L a pandémie a frappé durement le monde, entraînant un très grand nombre de décès. Les gouvernements ont dû changer de cap et réaffecter des fonds pour soutenir le secteur de la santé et les personnes rendues vulnérables par la pandémie. Les économies les plus développées ont pu injecter d'énormes sommes d'argent d’aide fiscale afin d’aider à relancer leurs économies. Les États-Unis ont mis de côté 1. 900 milliards de dollars supplémentaires en soutien fiscal et d'autres grands pays comme le Japon et le Royaume-Uni ont alloué des montants tout aussi élevés. Malheureusement, pour de nombreux pays en développement et à faible revenu, le soutienbudgétaire nécessaire reste inaccessible. Cela s'explique en grande partie par le fait que nombre de ces pays ne disposent pas d'un espace fiscal qui leur permettrait d’absorber les chocs et de faciliter la reprise économique. Les pays qui parviennent à mobiliser et à réallouer des fonds le font souvent au détriment d'autres domaines essentiels tels que l'éducation et les dépenses sociales. L'investissement dans les infrastructures, qui est essentiel pour atteindre une croissance durable à long terme, est également compromis. L’Afrique subsaharienne a enregistré une contraction de 1,9 % de son produit intérieur brut (PIB) en 2020, la plus forte depuis que ces statistiques sont compilées. La région devrait connaître une reprise sensible en 2021, à 3,4 %. Cette reprise sera due surtout à l’effet mécanique de rebond. Une forte croissance d'environ 4 % est prévue en 2022. Ces projections comportent sont cependant sujettes à caution car les performances de nombreuses économies africaines seront influencées par l’ampleur des infections et la
virulence de nouvelles souches du virus du Covid-19, qui semblent plus infectieuses. Les fermetures et les mesures de confinement ont causé des ravages dans de nombreux pays du continent, étouffant la croissance et ralentissant les efforts de relance des économies. L’Afrique demeure tout de même la région du monde où le nombre de cas d'infection par le Covid-19 et de décès est le plus faible. Selon la Conférence des Nations unies sur le commerce et le développement (CNUCED), le continent enregistre environ 2 décès par million d'habitants, alors que l'Europe en compte environ 202. Les données du continent africain ne reflètent peut-être pas vraiment la réalité sur le terrain, car les tests ne sont pas aussi étendus que ceux des pays développés. Dans certains pays comme la Tanzanie, l'existence même du virus est toujours débattue. Néanmoins, les taux de mortalité sur le continent ont été faibles.
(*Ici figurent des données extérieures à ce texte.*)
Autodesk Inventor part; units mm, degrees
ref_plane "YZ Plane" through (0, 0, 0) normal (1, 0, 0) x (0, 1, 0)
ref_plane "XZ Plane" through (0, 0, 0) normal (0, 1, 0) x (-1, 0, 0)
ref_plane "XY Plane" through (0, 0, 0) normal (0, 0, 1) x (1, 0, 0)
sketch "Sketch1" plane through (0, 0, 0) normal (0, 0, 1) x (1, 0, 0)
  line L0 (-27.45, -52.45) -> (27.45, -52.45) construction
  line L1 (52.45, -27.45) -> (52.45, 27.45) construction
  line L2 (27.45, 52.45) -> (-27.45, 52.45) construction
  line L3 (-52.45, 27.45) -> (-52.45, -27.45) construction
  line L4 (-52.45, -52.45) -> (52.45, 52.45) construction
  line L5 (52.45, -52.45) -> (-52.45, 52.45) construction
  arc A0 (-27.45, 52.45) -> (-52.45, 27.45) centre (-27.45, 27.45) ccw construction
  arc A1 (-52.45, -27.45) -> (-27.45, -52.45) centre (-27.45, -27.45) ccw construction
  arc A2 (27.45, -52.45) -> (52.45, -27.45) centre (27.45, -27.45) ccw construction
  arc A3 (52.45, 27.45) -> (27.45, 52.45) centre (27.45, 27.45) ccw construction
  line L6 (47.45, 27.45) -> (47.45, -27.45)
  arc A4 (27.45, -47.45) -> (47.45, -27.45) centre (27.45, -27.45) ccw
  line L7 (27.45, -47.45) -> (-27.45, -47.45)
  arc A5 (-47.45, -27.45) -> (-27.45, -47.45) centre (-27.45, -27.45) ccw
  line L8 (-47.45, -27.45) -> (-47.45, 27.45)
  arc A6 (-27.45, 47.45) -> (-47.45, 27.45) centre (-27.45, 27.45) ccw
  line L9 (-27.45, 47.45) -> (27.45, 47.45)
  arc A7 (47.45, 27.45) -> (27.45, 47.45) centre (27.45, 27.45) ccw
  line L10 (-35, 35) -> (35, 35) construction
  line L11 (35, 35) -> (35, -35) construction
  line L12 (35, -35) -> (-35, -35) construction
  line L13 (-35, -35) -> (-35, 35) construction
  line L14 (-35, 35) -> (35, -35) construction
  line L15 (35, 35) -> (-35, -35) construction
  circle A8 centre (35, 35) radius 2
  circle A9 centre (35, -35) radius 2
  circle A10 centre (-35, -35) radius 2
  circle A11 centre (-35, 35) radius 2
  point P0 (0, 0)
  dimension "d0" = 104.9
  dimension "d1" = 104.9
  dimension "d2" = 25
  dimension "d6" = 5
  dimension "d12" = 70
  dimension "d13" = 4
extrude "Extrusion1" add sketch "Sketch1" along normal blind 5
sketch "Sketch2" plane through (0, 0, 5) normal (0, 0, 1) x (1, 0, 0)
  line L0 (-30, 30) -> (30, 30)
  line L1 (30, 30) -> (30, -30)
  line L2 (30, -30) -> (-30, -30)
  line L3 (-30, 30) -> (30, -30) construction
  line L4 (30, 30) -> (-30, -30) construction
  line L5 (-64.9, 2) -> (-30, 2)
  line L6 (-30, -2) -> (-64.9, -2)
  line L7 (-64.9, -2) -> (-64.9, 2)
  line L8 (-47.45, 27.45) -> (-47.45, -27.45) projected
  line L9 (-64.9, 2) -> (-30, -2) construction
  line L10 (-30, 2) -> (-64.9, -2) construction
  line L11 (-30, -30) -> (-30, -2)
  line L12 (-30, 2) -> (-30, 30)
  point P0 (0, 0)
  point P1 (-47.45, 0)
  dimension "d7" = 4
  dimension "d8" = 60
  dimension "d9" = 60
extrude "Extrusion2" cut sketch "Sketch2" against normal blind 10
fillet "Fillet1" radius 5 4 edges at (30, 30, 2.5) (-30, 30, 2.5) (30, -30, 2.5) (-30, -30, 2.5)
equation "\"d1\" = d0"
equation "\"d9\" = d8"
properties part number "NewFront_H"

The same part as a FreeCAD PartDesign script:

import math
import FreeCAD as App
import Part
import Sketcher

V = App.Vector


def edges_at(feature, points):
    """Names of the edges that pass closest to the given points."""
    edges = feature.Shape.Edges
    near = lambda p: min(range(len(edges)), key=lambda i: edges[i].distToShape(Part.Vertex(*p))[0])
    return sorted({f"Edge{near(p) + 1}" for p in points})


def add_polygon(sketch, points):
    """Adds a closed chain of lines whose ends are joined by coincident constraints."""
    first, n = sketch.GeometryCount, len(points)
    for a, b in zip(points, points[1:] + points[:1]):
        sketch.addGeometry(Part.LineSegment(App.Vector(*a, 0), App.Vector(*b, 0)), False)
    for i in range(n):
        sketch.addConstraint(Sketcher.Constraint("Coincident", first + i, 2, first + (i + 1) % n, 1))

doc = App.newDocument("Part")
body = doc.addObject("PartDesign::Body", "Body")

sketch1 = doc.addObject("Sketcher::SketchObject", "Sketch")
body.addObject(sketch1)
sketch1.AttachmentSupport = (doc.XY_Plane, [""])
sketch1.MapMode = "FlatFace"
sketch1.addGeometry([
    Part.LineSegment(V(47.45, -27.45, 0), V(47.45, 27.45, 0)),
    Part.ArcOfCircle(Part.Circle(V(27.45, 27.45, 0), V(0, 0, 1), 20), math.radians(0), math.radians(90)),
    Part.LineSegment(V(27.45, 47.45, 0), V(-27.45, 47.45, 0)),
    Part.ArcOfCircle(Part.Circle(V(-27.45, 27.45, 0), V(0, 0, 1), 20), math.radians(90), math.radians(180)),
    Part.LineSegment(V(-47.45, 27.45, 0), V(-47.45, -27.45, 0)),
    Part.ArcOfCircle(Part.Circle(V(-27.45, -27.45, 0), V(0, 0, 1), 20), math.radians(180), math.radians(270)),
    Part.LineSegment(V(-27.45, -47.45, 0), V(27.45, -47.45, 0)),
    Part.ArcOfCircle(Part.Circle(V(27.45, -27.45, 0), V(0, 0, 1), 20), math.radians(-90), math.radians(0)),
    Part.Circle(V(-35, -35, 0), V(0, 0, 1), 2),
    Part.Circle(V(35, -35, 0), V(0, 0, 1), 2),
    Part.Circle(V(-35, 35, 0), V(0, 0, 1), 2),
    Part.Circle(V(35, 35, 0), V(0, 0, 1), 2),
], False)
sketch1.addConstraint([
    Sketcher.Constraint("Tangent", 0, 2, 1, 1),
    Sketcher.Constraint("Tangent", 1, 2, 2, 1),
    Sketcher.Constraint("Tangent", 2, 2, 3, 1),
    Sketcher.Constraint("Tangent", 3, 2, 4, 1),
    Sketcher.Constraint("Tangent", 4, 2, 5, 1),
    Sketcher.Constraint("Tangent", 5, 2, 6, 1),
    Sketcher.Constraint("Tangent", 6, 2, 7, 1),
    Sketcher.Constraint("Tangent", 7, 2, 0, 1),
    Sketcher.Constraint("Vertical", 0),
    Sketcher.Constraint("Horizontal", 2),
    Sketcher.Constraint("Vertical", 4),
    Sketcher.Constraint("Horizontal", 6),
    Sketcher.Constraint("Equal", 1, 3),
    Sketcher.Constraint("Equal", 3, 5),
    Sketcher.Constraint("Equal", 5, 7),
    Sketcher.Constraint("Equal", 8, 9),
    Sketcher.Constraint("Equal", 9, 10),
    Sketcher.Constraint("Equal", 10, 11),
    Sketcher.Constraint("Symmetric", 1, 3, 5, 3, -1, 1),
    Sketcher.Constraint("Symmetric", 9, 3, 10, 3, -1, 1),
    Sketcher.Constraint("Symmetric", 8, 3, 11, 3, -1, 1),
    Sketcher.Constraint("Symmetric", 8, 3, 9, 3, -2),
    Sketcher.Constraint("Equal", 6, 0),
    Sketcher.Constraint("Diameter", 8, 4.0),
    Sketcher.Constraint("Radius", 1, 20.0),
    Sketcher.Constraint("DistanceX", 8, 3, 9, 3, 70.0),
    Sketcher.Constraint("DistanceY", 8, 3, 10, 3, 70.0),
    Sketcher.Constraint("DistanceX", 2, 2, 2, 1, 54.9),
])
pad1 = doc.addObject("PartDesign::Pad", "Pad")
body.addObject(pad1)
pad1.Profile = sketch1
pad1.Length = 5

sketch2 = doc.addObject("Sketcher::SketchObject", "Sketch001")
body.addObject(sketch2)
sketch2.AttachmentSupport = (doc.XY_Plane, [""])
sketch2.MapMode = "FlatFace"
sketch2.AttachmentOffset = App.Placement(V(0, 0, 5), App.Rotation())
add_polygon(sketch2, [(30, 30), (-30, 30), (-30, 2), (-64.9, 2), (-64.9, -2), (-30, -2), (-30, -30), (30, -30)])
sketch2.addConstraint([
    Sketcher.Constraint("Horizontal", 0),
    Sketcher.Constraint("Vertical", 1),
    Sketcher.Constraint("Horizontal", 2),
    Sketcher.Constraint("Vertical", 3),
    Sketcher.Constraint("Horizontal", 4),
    Sketcher.Constraint("Vertical", 5),
    Sketcher.Constraint("Horizontal", 6),
    Sketcher.Constraint("Vertical", 7),
    Sketcher.Constraint("Symmetric", 0, 2, 6, 2, -1, 1),
    Sketcher.Constraint("Symmetric", 1, 2, 4, 2, -1),
    Sketcher.Constraint("Equal", 6, 7),
    Sketcher.Constraint("DistanceX", 0, 2, 0, 1, 60.0),
    Sketcher.Constraint("DistanceY", 3, 2, 3, 1, 4.0),
    Sketcher.Constraint("DistanceX", 2, 2, 2, 1, 34.9),
])
pocket1 = doc.addObject("PartDesign::Pocket", "Pocket")
body.addObject(pocket1)
pocket1.Profile = sketch2
pocket1.Length = 10
doc.recompute()

fillet = doc.addObject("PartDesign::Fillet", "Fillet")
body.addObject(fillet)
fillet.Base = (pocket1, edges_at(pocket1, [
    (30, 30, 2.5),
    (-30, 30, 2.5),
    (30, -30, 2.5),
    (-30, -30, 2.5),
]))
fillet.Radius = 5

doc.recompute()
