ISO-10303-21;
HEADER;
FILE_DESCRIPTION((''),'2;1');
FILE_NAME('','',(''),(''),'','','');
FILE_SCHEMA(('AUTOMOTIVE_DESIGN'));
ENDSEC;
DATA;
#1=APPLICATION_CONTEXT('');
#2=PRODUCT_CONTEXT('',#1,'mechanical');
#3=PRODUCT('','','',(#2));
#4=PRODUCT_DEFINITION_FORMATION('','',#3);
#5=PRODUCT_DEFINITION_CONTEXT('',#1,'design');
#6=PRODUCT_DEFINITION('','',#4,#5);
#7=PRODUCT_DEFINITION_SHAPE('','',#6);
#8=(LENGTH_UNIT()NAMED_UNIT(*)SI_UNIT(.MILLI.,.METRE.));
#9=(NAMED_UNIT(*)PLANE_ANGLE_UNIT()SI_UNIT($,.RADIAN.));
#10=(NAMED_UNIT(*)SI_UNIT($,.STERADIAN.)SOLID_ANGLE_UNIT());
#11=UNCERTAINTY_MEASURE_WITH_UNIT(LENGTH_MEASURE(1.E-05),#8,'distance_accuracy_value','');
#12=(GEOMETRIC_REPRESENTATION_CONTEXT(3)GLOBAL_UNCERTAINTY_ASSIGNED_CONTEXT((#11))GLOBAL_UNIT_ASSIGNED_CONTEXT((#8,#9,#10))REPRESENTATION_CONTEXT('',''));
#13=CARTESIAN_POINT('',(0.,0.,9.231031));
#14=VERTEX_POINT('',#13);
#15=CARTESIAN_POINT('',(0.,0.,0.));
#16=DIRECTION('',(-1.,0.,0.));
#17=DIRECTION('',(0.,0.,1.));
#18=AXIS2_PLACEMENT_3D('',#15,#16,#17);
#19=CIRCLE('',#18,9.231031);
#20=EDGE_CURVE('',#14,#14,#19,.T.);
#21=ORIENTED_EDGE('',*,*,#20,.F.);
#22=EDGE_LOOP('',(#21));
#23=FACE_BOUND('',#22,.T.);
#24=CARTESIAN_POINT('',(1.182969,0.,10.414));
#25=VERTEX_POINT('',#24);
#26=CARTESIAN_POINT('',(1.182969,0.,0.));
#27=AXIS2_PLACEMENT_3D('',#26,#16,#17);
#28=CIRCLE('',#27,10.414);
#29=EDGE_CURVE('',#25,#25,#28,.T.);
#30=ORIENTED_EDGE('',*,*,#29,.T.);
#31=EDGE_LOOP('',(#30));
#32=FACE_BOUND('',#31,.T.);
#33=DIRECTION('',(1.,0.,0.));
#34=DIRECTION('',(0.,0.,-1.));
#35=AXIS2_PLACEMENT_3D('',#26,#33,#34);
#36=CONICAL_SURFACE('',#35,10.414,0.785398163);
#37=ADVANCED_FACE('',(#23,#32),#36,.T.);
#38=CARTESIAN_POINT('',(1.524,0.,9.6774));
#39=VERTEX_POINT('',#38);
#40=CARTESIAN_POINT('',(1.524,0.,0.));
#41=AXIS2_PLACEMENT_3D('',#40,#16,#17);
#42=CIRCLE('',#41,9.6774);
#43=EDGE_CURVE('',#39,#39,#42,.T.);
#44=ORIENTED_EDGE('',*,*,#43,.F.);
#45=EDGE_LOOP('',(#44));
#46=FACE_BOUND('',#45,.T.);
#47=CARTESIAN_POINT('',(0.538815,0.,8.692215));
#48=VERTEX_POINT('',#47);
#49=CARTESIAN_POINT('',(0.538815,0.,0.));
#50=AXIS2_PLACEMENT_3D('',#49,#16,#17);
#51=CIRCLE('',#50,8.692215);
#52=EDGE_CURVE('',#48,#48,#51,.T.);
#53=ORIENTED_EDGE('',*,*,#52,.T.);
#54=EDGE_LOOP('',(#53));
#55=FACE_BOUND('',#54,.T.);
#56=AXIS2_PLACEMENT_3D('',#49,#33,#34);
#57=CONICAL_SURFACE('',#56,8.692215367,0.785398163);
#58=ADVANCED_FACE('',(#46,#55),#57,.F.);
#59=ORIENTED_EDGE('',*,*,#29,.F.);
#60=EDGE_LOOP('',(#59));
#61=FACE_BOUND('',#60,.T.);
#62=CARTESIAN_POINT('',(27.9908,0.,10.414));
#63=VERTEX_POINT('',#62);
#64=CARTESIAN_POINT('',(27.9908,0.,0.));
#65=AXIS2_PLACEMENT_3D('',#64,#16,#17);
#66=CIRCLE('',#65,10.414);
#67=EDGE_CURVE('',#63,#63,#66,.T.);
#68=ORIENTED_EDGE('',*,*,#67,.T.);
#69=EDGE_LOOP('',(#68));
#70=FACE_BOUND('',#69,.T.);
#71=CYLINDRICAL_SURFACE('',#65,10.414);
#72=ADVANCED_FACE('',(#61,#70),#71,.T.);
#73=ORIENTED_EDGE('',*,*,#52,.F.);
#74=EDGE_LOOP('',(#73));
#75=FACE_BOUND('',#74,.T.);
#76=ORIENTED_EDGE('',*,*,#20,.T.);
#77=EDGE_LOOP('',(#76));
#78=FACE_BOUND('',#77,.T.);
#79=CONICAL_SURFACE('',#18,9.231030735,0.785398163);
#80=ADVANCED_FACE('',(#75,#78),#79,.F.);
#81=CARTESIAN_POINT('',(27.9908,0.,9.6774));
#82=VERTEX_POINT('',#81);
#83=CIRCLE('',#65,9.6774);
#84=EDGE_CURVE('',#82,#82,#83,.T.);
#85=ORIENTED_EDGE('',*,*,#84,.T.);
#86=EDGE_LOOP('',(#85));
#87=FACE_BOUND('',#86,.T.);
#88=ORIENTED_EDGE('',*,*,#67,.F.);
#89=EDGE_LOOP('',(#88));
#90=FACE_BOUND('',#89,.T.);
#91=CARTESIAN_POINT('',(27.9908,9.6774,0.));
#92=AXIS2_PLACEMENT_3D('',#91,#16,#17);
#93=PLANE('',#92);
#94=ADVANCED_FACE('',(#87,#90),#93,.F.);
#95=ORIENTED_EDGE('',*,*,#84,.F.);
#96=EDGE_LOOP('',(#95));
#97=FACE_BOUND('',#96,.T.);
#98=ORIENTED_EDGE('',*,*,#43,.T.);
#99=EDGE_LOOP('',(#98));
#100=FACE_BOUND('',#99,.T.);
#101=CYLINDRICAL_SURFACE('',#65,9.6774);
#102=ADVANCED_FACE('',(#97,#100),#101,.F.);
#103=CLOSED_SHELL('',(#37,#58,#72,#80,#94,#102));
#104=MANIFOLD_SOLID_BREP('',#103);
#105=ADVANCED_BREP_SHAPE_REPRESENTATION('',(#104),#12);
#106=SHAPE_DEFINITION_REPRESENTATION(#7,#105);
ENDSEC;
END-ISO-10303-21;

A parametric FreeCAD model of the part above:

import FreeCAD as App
import Part
import Sketcher
from FreeCAD import Vector
Q = App.Units.Quantity

doc = App.newDocument("Part")
body = doc.addObject("PartDesign::Body", "Body")

sketch1 = body.newObject("Sketcher::SketchObject", "Sketch")
sketch1.AttachmentSupport = (doc.getObject("XY_Plane"), [""])
sketch1.MapMode = "FlatFace"
sketch1.addGeometry(Part.LineSegment(Vector(0, 9.2, 0), Vector(0.5, 8.7, 0)), False)
sketch1.addGeometry(Part.LineSegment(Vector(0.5, 8.7, 0), Vector(1.5, 9.7, 0)), False)
sketch1.addGeometry(Part.LineSegment(Vector(1.5, 9.7, 0), Vector(28, 9.7, 0)), False)
sketch1.addGeometry(Part.LineSegment(Vector(28, 9.7, 0), Vector(28, 10.4, 0)), False)
sketch1.addGeometry(Part.LineSegment(Vector(28, 10.4, 0), Vector(1.2, 10.4, 0)), False)
sketch1.addGeometry(Part.LineSegment(Vector(1.2, 10.4, 0), Vector(0, 9.2, 0)), False)
sketch1.addConstraint(Sketcher.Constraint("Coincident", 0, 2, 1, 1))
sketch1.addConstraint(Sketcher.Constraint("Coincident", 1, 2, 2, 1))
sketch1.addConstraint(Sketcher.Constraint("Coincident", 2, 2, 3, 1))
sketch1.addConstraint(Sketcher.Constraint("Coincident", 3, 2, 4, 1))
sketch1.addConstraint(Sketcher.Constraint("Coincident", 4, 2, 5, 1))
sketch1.addConstraint(Sketcher.Constraint("Coincident", 5, 2, 0, 1))
sketch1.addConstraint(Sketcher.Constraint("Horizontal", 2))
sketch1.addConstraint(Sketcher.Constraint("Vertical", 3))
sketch1.addConstraint(Sketcher.Constraint("Horizontal", 4))
sketch1.addConstraint(Sketcher.Constraint("PointOnObject", 5, 2, -2))
sketch1.addConstraint(Sketcher.Constraint("Perpendicular", 0, 1))
sketch1.addConstraint(Sketcher.Constraint("Parallel", 1, 5))
sketch1.addConstraint(Sketcher.Constraint("Angle", 0, Q("-45 deg")))
sketch1.addConstraint(Sketcher.Constraint("Distance", 0, Q("0.03 in")))
sketch1.addConstraint(Sketcher.Constraint("DistanceX", 2, 1, 2, 2, Q("1.042 in")))
sketch1.addConstraint(Sketcher.Constraint("DistanceY", 3, 1, 3, 2, Q("0.029 in")))
sketch1.addConstraint(Sketcher.Constraint("DistanceX", -1, 1, 1, 2, Q("0.06 in")))
sketch1.addConstraint(Sketcher.Constraint("DistanceY", -1, 1, 3, 2, Q("0.41 in")))
revolution = body.newObject("PartDesign::Revolution", "Revolution")
revolution.Profile = sketch1
revolution.ReferenceAxis = (sketch1, ["H_Axis"])
revolution.Angle = 360

doc.recompute()
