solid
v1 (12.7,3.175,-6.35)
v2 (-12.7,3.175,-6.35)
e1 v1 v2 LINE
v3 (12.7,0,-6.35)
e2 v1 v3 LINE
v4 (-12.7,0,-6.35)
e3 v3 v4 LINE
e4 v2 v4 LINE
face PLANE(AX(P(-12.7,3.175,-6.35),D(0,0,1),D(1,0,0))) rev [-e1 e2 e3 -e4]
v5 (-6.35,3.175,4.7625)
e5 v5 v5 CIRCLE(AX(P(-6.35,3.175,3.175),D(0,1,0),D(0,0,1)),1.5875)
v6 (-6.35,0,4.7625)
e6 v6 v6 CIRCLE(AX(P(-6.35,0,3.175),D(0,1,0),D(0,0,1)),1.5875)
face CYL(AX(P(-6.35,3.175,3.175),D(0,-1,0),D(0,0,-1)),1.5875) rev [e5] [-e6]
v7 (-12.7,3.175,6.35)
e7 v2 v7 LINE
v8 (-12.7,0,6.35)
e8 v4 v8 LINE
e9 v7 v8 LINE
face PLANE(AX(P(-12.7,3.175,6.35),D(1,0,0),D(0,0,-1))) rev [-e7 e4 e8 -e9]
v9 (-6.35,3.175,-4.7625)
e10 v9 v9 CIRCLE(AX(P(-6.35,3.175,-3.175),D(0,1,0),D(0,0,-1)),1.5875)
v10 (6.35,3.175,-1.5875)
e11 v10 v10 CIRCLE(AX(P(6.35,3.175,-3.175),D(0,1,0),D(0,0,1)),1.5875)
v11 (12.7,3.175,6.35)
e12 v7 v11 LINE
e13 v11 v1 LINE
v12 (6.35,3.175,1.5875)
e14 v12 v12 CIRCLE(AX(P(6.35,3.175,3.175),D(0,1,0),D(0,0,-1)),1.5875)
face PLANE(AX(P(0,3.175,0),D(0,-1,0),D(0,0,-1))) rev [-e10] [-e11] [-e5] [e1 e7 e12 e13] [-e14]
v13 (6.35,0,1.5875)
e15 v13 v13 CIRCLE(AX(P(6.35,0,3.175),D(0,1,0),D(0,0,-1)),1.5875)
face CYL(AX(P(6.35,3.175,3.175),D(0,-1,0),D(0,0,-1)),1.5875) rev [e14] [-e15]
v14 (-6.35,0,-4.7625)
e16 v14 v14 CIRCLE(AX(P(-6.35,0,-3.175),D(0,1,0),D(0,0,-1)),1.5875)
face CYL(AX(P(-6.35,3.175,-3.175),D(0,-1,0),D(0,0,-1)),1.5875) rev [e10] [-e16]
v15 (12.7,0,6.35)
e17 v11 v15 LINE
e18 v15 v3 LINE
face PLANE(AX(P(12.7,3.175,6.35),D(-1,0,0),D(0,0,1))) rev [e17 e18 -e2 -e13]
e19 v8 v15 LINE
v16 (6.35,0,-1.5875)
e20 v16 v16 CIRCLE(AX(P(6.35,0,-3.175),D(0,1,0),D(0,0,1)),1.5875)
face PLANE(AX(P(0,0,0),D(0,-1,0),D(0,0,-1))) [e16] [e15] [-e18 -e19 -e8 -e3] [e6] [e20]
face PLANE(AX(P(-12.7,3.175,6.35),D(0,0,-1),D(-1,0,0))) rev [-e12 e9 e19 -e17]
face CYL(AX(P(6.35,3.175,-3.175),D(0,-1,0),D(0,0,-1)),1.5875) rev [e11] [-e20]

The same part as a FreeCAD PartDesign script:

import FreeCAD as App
import Part
import Sketcher
Q = App.Units.Quantity

doc = App.newDocument("Part")
body = doc.addObject("PartDesign::Body", "Body")

sketch1 = body.newObject("Sketcher::SketchObject", "Sketch")
sketch1.AttachmentSupport = (doc.getObject("XZ_Plane"), [""])
sketch1.MapMode = "FlatFace"
sketch1.addGeometry(Part.LineSegment(App.Vector(-12.7, -6.3, 0), App.Vector(-12.7, 6.3, 0)), False)
sketch1.addGeometry(Part.LineSegment(App.Vector(-12.7, 6.3, 0), App.Vector(12.7, 6.3, 0)), False)
sketch1.addGeometry(Part.LineSegment(App.Vector(12.7, 6.3, 0), App.Vector(12.7, -6.3, 0)), False)
sketch1.addGeometry(Part.LineSegment(App.Vector(12.7, -6.3, 0), App.Vector(-12.7, -6.3, 0)), False)
sketch1.addGeometry(Part.Circle(App.Vector(-6.3, 3.2, 0), App.Vector(0, 0, 1), 1.6), False)
sketch1.addGeometry(Part.Circle(App.Vector(6.3, 3.2, 0), App.Vector(0, 0, 1), 1.6), False)
sketch1.addGeometry(Part.Circle(App.Vector(-6.3, -3.2, 0), App.Vector(0, 0, 1), 1.6), False)
sketch1.addGeometry(Part.Circle(App.Vector(6.3, -3.2, 0), App.Vector(0, 0, 1), 1.6), False)
sketch1.addConstraint(Sketcher.Constraint("Coincident", 0, 2, 1, 1))
sketch1.addConstraint(Sketcher.Constraint("Coincident", 1, 2, 2, 1))
sketch1.addConstraint(Sketcher.Constraint("Coincident", 2, 2, 3, 1))
sketch1.addConstraint(Sketcher.Constraint("Coincident", 3, 2, 0, 1))
sketch1.addConstraint(Sketcher.Constraint("Vertical", 0))
sketch1.addConstraint(Sketcher.Constraint("Horizontal", 1))
sketch1.addConstraint(Sketcher.Constraint("Vertical", 2))
sketch1.addConstraint(Sketcher.Constraint("Horizontal", 3))
sketch1.addConstraint(Sketcher.Constraint("Equal", 4, 5))
sketch1.addConstraint(Sketcher.Constraint("Equal", 5, 6))
sketch1.addConstraint(Sketcher.Constraint("Equal", 6, 7))
sketch1.addConstraint(Sketcher.Constraint("Symmetric", 5, 3, 6, 3, -1, 1))
sketch1.addConstraint(Sketcher.Constraint("Symmetric", 4, 3, 7, 3, -1, 1))
sketch1.addConstraint(Sketcher.Constraint("Symmetric", 0, 2, 2, 2, -1, 1))
sketch1.addConstraint(Sketcher.Constraint("Symmetric", 4, 3, 5, 3, -2))
sketch1.addConstraint(Sketcher.Constraint("DistanceX", 1, 1, 1, 2, Q("1 in")))
sketch1.addConstraint(Sketcher.Constraint("Diameter", 4, Q("0.125 in")))
sketch1.addConstraint(Sketcher.Constraint("DistanceY", 0, 1, 0, 2, Q("0.5 in")))
sketch1.addConstraint(Sketcher.Constraint("DistanceX", 4, 3, 5, 3, Q("0.5 in")))
sketch1.addConstraint(Sketcher.Constraint("DistanceY", 6, 3, 4, 3, Q("0.25 in")))
pad1 = body.newObject("PartDesign::Pad", "Pad")
pad1.Profile = sketch1
pad1.Length = Q("0.125 in")
pad1.Reversed = True

doc.recompute()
L’impact de la pandémie sur les économies africaines est particulièrement notable dans les perturbations des chaînes de valeur mondiales et le ralentissement des échanges avec les principaux partenaires commerciaux du continent, notamment l'Union européenne, les États-Unis et la Chine. Les politiques de confinement et la faible productivité des économies africaines ont également aggravé le choc de la pandémie. Les mesures de confinement ont réduit la demande d'exportations africaines. De plus, elles ont réduit de manière drastique les flux d'investissements directs étrangers et les montants de l'aide au développement. Les pays qui dépendent largement du tourisme, comme le Maroc, la Tunisie et les Seychelles, sont parmi les pays les plus touchés du continent. La pandémie a pratiquement bloqué les voyages—de nombreux pays ont fermé leurs
frontières ou mis en place des mesures restreignant les déplacements. Or, les pays qui dépendent du tourisme ne disposent pas d'une grande marge de manœuvre budgétaire pour apporter un soutien financier à leur secteur privé. Les entreprises évoluant dans le secteur touristique ont du mal à se maintenir à flot et suppriment des emplois. Le vaste secteur informel reste un système de survie important. Cependant, son succès est intrinsèquement lié aux performances de l'économie formelle. Par conséquent, la perte de revenus dans le secteur formel causée par les fermetures d'usines dues à la pandémie aura un impact direct sur la capacité des ménages du secteur informel à consommer. Les envois de fonds vers les pays africains ont diminué en raison de la pandémie. La Banque mondiale prévoit que les envois de fonds diminueront d'environ 14 % en 2021. Les envois de fonds ont constitué la source la plus importante et la plus stable des flux financiers internationaux depuis 2010, représentant environ un tiers du total des entrées financières extérieures. Les ravages causés par la pandémie sont donc considérables et le chemin vers la reprise sera difficile. Celle-ci sera à plusieurs vitesses avec certains pays décollant plus vite que les autres, en fonction de leur accès aux financements. La Côte d'Ivoire par exemple a testé l'appétit des marchés en émettant une euro-obligation de 1 milliard d'Euros sur 12 ans le 25 novembre. Le prix de l'obligation a été fixé à un rendement record de 5 % et il a été sursouscrit cinq fois. La Côte d'Ivoire pourrait à nouveau s'endetter en 2021, ce qui augmenterait sa marge de manœuvre budgétaire.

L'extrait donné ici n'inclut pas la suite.